Future perspectives about group spawning

In the present study, we examined the behavioral cycles using the biologging method and found that the behavior of Pacific herring was synchronous, even on a fine scale. However, observing fish behavior during this experiment was particularly challenging because the water became cloudy due to sperm and the mixing of many individuals. Additionally, it was difficult to identify individual fish tags under these conditions. For these reasons, it was not possible to focus on the detailed behavior of individual fish. In the future, conducting small-scale experiments to identify acceleration changes associated with behaviors such as seaweed testing and gamete release could help reveal the mechanisms of group spawning in detail. This may also provide insights into the timing of spawning events in the wild.

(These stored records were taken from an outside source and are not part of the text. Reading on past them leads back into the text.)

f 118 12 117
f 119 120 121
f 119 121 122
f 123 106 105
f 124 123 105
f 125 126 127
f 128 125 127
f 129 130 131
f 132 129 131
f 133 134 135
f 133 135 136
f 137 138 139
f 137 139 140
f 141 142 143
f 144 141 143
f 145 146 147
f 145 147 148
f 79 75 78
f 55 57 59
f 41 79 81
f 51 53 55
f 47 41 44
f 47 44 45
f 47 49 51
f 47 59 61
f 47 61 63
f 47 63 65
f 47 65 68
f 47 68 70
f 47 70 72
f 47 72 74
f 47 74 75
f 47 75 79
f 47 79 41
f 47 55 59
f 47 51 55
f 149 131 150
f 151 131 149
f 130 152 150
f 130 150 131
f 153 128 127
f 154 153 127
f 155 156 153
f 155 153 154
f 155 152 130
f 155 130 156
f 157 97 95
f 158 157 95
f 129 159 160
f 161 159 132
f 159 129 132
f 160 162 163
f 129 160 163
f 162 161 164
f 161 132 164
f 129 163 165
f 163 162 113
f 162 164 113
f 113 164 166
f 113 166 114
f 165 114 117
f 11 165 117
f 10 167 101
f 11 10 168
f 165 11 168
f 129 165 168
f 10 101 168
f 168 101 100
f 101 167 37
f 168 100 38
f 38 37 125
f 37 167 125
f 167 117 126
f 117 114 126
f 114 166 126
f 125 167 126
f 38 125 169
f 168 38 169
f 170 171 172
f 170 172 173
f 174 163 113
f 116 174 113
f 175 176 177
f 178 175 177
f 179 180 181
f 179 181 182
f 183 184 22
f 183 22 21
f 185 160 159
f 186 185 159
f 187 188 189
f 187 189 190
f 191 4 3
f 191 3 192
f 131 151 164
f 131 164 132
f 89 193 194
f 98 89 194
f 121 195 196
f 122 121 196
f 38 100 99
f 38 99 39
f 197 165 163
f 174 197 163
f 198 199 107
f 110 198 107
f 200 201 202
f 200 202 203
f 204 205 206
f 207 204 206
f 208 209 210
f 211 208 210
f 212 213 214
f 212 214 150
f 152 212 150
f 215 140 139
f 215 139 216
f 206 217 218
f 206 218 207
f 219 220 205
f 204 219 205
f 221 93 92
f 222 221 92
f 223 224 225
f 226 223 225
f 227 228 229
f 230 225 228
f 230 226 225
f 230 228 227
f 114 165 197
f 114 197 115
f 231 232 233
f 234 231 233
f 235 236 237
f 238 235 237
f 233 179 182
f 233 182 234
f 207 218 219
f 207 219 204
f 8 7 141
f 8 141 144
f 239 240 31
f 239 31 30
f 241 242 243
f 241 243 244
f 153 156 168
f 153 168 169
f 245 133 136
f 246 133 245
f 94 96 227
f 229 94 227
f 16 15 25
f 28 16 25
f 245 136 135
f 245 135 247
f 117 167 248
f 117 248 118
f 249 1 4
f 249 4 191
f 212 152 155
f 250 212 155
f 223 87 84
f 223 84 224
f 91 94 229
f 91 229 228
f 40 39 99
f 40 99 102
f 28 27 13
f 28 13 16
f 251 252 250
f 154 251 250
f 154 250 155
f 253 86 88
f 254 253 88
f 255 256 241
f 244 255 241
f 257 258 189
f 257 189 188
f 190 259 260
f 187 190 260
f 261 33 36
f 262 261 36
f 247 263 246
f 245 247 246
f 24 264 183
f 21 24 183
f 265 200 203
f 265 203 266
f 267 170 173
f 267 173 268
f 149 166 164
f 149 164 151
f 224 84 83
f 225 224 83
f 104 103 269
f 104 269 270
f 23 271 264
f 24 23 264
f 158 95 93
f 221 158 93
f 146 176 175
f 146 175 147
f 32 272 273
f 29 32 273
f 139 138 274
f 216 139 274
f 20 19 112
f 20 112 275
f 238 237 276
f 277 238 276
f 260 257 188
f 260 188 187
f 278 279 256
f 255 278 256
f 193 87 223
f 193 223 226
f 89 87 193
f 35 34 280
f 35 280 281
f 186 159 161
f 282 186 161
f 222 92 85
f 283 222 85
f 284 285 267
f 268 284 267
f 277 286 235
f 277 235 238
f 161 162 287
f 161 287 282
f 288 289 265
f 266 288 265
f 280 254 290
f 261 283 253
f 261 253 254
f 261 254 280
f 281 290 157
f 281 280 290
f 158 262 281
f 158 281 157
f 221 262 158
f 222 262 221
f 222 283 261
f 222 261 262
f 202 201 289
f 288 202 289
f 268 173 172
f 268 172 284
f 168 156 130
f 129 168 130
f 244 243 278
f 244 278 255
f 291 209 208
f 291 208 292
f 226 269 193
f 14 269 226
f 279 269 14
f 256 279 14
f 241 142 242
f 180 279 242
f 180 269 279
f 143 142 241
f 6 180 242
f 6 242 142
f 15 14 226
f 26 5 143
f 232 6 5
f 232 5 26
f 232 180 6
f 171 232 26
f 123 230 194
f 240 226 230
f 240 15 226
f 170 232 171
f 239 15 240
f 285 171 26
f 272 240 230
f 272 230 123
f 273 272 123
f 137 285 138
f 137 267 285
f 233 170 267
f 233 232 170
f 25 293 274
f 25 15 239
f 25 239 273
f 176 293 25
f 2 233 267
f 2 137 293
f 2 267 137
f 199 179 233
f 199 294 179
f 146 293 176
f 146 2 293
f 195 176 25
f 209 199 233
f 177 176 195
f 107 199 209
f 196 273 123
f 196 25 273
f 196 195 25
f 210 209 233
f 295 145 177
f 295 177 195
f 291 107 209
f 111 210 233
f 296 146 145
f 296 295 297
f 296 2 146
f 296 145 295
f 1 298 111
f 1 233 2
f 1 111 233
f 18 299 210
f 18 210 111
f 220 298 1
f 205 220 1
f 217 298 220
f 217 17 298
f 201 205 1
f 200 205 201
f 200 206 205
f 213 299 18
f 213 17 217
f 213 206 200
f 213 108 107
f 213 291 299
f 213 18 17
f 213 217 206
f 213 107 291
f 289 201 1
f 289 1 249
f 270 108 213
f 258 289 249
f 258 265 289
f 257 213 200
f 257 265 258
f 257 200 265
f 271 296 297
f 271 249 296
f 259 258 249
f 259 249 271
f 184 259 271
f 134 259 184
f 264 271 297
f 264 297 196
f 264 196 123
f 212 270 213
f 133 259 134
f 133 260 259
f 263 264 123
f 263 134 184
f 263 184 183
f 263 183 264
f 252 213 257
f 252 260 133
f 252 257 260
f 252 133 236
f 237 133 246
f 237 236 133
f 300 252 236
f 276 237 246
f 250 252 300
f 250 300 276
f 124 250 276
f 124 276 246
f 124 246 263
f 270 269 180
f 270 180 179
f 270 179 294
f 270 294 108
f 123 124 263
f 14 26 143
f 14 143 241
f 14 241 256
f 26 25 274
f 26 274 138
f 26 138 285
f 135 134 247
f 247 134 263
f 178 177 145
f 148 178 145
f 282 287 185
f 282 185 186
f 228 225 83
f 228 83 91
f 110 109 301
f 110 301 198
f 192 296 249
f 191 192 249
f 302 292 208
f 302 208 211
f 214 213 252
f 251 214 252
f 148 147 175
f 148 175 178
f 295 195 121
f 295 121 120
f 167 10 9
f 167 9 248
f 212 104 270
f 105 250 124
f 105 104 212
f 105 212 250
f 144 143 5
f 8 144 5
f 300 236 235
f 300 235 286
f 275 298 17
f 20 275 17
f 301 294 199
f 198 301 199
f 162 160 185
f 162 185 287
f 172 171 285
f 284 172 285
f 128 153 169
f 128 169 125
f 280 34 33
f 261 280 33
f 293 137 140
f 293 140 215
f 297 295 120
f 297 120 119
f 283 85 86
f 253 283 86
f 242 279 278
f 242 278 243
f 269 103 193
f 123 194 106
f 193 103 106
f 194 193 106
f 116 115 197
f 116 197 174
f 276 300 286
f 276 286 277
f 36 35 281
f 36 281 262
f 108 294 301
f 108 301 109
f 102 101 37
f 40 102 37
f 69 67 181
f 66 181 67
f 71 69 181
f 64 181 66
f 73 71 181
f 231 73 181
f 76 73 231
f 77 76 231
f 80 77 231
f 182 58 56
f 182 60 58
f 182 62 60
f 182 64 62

During the group spawning event of these fish, it has been assumed that they mate with as many individuals as possible. However, as shown in the present study, it is possible that individuals do not fully release all of their gametes in a single spawning event to avoid the risks of gamete destruction as a result of predation or adverse environmental conditions. Among fish with extensive mating opportunities, the timing of sperm and egg release may be determined by many factors; further research is needed to reveal these factors, which may be elucidated using the biologging method to record individual behavior.